# UK Soap and Drama Discussion > Hollyoaks > The Rumour Mill >  From the hollyoaks forum

## Angeltigger

*what you think*

*



			
				 it is bad enough that the are kiling sarah jack acraig and darren but now they are killing off sam, i think it is time to take action, time to end hollyoaks, we stop watching it as of tommorow. then as the numbers get less and less they will have to stop filming, they have taken it one step too far now, lets get rid of the directors, there is no future for the show if sam is out of here, they have made one mistake too many, who's with me?
			
		

* 

*Is sarah really getting killed off?*
*Is Jack really getting killed off?*
*Is Craig really getting killed off?*
*Is Darren really getting killed off?*

*and finally Sam*

*anyone know if they are getting killed off*

----------


## Chris_2k11

Sam's getting killed off, but i've not heard anything about the rest going.

----------


## Chloe O'brien

i only heard about sarah but not the rest and why are they killing off sam

----------


## di marco

i only heard about sarah, and jack was meant to die ages and ages ago lol!

----------


## Alice254

I don't know about Jack or Craig - there's been a lot of speculation about Sarah going and committing suicide through her mum's constant bullying - and as for Sam, I'm shocked if it is him - Louis Tamone is a really good actor,and theres a lot more room for development with him and Sophie etc etc.

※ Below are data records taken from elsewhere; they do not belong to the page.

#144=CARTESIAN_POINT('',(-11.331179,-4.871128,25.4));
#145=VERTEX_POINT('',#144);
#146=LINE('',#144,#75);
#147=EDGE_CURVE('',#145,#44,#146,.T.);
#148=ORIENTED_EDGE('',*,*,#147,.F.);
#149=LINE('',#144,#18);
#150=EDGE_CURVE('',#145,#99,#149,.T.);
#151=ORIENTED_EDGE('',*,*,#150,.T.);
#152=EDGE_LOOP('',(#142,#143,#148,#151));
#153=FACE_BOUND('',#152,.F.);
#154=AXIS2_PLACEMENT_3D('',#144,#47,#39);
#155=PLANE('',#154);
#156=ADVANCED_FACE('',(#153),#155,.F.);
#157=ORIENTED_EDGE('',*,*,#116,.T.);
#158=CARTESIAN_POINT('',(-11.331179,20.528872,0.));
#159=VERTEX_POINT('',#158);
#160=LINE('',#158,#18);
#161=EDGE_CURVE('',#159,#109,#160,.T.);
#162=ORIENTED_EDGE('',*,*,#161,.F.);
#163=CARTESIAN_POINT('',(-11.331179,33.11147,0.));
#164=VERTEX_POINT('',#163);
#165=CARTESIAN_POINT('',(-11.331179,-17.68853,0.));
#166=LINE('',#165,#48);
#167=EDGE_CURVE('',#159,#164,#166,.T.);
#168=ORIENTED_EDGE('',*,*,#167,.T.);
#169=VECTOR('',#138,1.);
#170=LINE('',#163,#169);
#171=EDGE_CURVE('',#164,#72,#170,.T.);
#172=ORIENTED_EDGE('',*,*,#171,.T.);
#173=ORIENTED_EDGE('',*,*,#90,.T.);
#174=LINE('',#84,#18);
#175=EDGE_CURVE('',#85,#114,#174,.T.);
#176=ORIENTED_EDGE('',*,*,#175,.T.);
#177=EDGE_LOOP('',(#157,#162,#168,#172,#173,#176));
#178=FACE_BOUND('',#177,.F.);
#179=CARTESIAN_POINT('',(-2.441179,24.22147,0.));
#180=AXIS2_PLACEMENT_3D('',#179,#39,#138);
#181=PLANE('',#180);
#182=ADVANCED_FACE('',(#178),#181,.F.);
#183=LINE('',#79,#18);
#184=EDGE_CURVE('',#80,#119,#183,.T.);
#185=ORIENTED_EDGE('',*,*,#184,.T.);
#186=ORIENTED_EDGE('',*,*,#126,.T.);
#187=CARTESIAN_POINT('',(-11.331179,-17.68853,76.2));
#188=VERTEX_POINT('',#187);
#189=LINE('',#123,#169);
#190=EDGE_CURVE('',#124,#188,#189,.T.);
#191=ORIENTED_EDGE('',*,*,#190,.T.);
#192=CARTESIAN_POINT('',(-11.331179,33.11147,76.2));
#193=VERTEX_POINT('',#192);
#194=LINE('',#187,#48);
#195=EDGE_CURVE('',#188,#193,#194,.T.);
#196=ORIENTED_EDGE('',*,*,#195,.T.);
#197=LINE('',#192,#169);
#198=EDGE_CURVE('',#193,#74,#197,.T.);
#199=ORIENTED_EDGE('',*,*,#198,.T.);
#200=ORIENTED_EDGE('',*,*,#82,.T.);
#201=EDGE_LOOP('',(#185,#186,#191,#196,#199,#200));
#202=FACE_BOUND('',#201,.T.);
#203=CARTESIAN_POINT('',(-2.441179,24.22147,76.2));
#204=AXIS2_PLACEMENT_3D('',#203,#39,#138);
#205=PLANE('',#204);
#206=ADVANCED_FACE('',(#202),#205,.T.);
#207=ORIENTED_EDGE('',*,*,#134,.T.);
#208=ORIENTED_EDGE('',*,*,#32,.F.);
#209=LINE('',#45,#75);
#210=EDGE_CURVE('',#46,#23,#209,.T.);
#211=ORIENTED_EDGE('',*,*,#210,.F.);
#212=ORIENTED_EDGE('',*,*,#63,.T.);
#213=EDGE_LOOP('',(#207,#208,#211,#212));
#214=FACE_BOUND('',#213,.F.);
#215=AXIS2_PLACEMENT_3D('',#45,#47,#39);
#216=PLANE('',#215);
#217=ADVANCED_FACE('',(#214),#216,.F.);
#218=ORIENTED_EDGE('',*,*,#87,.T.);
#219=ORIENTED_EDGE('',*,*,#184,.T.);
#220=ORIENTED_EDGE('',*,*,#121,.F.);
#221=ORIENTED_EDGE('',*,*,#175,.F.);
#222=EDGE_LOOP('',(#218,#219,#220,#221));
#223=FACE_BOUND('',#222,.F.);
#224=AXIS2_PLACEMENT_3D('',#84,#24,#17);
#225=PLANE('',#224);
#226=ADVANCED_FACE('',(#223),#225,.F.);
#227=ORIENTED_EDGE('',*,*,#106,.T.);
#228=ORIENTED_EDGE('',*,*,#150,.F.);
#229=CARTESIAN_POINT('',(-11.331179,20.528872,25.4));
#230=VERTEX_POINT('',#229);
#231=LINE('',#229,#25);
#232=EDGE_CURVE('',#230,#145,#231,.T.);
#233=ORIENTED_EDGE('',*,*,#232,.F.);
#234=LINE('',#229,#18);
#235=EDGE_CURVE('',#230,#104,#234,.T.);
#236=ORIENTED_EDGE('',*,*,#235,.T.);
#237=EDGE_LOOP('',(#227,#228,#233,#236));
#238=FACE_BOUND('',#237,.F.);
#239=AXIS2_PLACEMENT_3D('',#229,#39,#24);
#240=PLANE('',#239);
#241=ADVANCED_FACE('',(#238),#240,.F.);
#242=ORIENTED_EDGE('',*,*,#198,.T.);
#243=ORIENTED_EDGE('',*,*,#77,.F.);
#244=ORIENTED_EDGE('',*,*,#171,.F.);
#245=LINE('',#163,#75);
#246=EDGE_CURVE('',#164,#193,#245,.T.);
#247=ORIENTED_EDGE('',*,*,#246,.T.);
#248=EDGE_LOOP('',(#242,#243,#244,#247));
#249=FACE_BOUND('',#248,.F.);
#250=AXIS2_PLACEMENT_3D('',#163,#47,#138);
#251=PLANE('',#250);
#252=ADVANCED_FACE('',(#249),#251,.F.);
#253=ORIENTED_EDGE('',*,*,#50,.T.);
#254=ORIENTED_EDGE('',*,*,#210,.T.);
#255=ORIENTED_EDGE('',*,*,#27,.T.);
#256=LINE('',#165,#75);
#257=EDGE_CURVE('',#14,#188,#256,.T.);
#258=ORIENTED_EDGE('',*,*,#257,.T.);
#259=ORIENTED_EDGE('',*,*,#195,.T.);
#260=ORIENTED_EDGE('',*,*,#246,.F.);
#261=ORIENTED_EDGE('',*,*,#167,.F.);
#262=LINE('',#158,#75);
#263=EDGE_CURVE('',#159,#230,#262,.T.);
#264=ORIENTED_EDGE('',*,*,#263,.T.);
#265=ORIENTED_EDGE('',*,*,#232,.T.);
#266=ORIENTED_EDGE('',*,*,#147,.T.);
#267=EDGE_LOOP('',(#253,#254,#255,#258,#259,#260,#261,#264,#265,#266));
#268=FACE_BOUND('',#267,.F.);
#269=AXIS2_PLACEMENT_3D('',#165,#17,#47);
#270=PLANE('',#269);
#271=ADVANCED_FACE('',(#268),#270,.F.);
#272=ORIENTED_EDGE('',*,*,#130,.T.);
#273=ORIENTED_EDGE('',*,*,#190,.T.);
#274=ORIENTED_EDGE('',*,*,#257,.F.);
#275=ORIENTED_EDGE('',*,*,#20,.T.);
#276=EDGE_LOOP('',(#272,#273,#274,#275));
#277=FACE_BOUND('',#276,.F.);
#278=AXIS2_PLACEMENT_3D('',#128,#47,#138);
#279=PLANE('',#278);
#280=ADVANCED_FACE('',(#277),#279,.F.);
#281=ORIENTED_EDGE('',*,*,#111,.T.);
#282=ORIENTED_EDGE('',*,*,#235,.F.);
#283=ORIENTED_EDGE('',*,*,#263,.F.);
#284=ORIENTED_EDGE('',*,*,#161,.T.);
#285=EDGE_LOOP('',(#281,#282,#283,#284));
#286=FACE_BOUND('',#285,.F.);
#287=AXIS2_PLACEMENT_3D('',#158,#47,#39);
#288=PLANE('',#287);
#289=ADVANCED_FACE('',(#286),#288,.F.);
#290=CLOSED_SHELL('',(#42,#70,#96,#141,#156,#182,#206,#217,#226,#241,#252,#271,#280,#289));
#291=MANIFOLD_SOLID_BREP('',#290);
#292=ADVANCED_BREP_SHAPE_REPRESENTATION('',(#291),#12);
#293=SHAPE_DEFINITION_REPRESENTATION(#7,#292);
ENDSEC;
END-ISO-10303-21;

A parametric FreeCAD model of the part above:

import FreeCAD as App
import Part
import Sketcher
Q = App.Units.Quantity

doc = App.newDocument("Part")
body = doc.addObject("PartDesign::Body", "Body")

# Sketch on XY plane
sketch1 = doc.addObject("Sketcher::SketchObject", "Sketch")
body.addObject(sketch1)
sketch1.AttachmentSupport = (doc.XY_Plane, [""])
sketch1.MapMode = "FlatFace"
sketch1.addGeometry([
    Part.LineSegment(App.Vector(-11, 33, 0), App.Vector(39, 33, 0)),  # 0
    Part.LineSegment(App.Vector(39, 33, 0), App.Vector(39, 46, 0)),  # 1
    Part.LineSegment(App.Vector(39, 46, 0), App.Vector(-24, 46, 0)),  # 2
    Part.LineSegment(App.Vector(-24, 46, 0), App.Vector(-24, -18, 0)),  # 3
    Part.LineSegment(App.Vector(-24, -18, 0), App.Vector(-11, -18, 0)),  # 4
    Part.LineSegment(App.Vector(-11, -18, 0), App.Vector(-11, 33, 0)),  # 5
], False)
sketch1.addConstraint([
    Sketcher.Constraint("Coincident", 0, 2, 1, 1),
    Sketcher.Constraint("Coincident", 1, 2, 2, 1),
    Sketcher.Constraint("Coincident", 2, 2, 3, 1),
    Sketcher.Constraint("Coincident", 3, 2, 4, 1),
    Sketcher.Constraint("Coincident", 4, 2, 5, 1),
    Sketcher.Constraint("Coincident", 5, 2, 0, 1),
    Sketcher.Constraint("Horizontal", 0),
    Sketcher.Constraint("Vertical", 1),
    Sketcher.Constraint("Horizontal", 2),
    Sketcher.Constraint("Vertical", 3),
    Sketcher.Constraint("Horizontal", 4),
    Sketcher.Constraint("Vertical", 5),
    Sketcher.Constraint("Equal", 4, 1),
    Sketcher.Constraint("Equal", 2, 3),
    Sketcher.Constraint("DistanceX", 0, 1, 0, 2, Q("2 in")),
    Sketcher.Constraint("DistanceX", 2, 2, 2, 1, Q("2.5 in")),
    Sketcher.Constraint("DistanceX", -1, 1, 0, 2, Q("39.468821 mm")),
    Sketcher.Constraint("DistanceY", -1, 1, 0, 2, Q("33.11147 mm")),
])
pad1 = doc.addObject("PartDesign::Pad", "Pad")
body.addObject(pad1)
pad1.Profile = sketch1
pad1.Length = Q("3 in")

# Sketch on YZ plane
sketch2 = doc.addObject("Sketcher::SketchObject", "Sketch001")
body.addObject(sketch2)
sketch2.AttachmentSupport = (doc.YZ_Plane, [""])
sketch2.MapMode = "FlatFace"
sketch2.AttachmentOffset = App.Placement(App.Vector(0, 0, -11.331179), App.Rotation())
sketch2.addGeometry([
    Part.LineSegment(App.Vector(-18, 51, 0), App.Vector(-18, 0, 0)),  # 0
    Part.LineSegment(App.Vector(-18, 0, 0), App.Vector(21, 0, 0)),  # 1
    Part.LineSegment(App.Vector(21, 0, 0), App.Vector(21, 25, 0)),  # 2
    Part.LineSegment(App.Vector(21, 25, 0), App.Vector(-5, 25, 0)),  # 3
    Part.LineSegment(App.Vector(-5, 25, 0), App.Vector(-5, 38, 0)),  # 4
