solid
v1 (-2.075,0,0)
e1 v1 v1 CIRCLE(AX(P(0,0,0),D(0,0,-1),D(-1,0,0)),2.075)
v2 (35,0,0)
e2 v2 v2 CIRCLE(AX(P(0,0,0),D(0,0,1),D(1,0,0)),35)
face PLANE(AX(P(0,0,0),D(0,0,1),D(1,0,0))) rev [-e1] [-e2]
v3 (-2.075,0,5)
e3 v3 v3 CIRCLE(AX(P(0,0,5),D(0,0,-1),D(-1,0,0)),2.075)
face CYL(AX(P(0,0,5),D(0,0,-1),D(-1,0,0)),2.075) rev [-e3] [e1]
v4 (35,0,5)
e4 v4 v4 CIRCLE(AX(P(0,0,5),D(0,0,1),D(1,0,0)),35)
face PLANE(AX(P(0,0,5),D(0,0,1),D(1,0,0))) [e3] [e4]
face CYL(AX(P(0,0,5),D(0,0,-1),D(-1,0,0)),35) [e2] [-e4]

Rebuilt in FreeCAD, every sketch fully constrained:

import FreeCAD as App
import Part
import Sketcher
from FreeCAD import Vector
Q = App.Units.Quantity

doc = App.newDocument("Part")
body = doc.addObject("PartDesign::Body", "Body")

# Sketch on XY plane
sketch1 = body.newObject("Sketcher::SketchObject", "Sketch")
sketch1.AttachmentSupport = (doc.getObject("XY_Plane"), [""])
sketch1.MapMode = "FlatFace"
sketch1.addGeometry(Part.Circle(Vector(0, 0, 0), Vector(0, 0, 1), 35), False)
sketch1.addConstraint([
    Sketcher.Constraint("Coincident", 0, 3, -1, 1),
    Sketcher.Constraint("Diameter", 0, Q("70 mm")),
])
pad1 = body.newObject("PartDesign::Pad", "Pad")
pad1.Profile = sketch1
pad1.Length = 5

# Sketch on XY plane
sketch2 = body.newObject("Sketcher::SketchObject", "Sketch001")
sketch2.AttachmentSupport = (doc.getObject("XY_Plane"), [""])
sketch2.MapMode = "FlatFace"
sketch2.addGeometry(Part.Circle(Vector(0, 0, 0), Vector(0, 0, 1), 2.075), False)
sketch2.addConstraint([
    Sketcher.Constraint("Coincident", 0, 3, -1, 1),
    Sketcher.Constraint("Diameter", 0, Q("4.15 mm")),
])
pocket1 = body.newObject("PartDesign::Pocket", "Pocket")
pocket1.Profile = sketch2
pocket1.Type = "ThroughAll"
pocket1.Reversed = True

doc.recompute()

I would of thought Warren Brown would of been the one to go - just because of his character Andy , nothing to do with his acting ability - where else is there for Andy to go apart from prison?

----------


## di marco

according to one of the other threads, sam gets killed off in one of the late nights epis, i dont expect andy will be staying either

----------


## Angeltigger

Is andy not dead

----------


## di marco

> Is andy not dead


no hes not, sam and russ thought he couldnt have survived the fall but he did, he comes back in the late night one

----------


## 9161leanne

sam probably gets done for the rapes, i know he didnt have anything to do with sophie and mel or danni but he raped the student who was with her mate, andy raped the other one

plus he knew what andy was doing and did nothing to stop him

----------


## Lennie

I doubt anyone of them are leaving.

I have only heard about Sam's and Sarah's death - which i dont know if its true

----------


## Angeltigger

I thought instead of me making loads of thread on what i find on the hollyoaks forum i thought i would post them here




> I was reading teen now earlier 2day nd its got a bit about soaps init and about whats coming up in the next few weeks. It says for Hollyoaks,about sophie nd sam etc nd then states Gilly and Mark continue 2 fight over Jessica, but she has bigger problems when she collapses with meningitis.
> I thought it woz the chilli powder that made her ill i wunder if the story is true?????  thnks 2 any1 who replies xxx


also I have heard she is pregent what you you think?

----------


## di marco

well i dont think thats going to happen in the next few weeks cos the other spoilers havent mentioned anything happening. plus if she was ill the other day cos of meningitis she wouldnt be fine again now

----------


## Angeltigger

yeah she might be Pregent as she was the only one who was sick after the curry

----------


## di marco

> yeah she might be Pregent as she was the only one who was sick after the curry


yeh she might be pregnant but i really dont think she has meningitis

----------


## Angeltigger

I hope they don't make it so that she don't know who the dad is- even thought i don't know whether or not she  had sex with Gilly

----------


## di marco

> I hope they don't make it so that she don't know who the dad is- even thought i don't know whether or not she  had sex with Gilly


i dont think shes had sex with gilly but some of the spoilers make it sound like she has, i hope they dont do a whos the father either

----------


## Angeltigger

As i beieve they are going to do it with becca

----------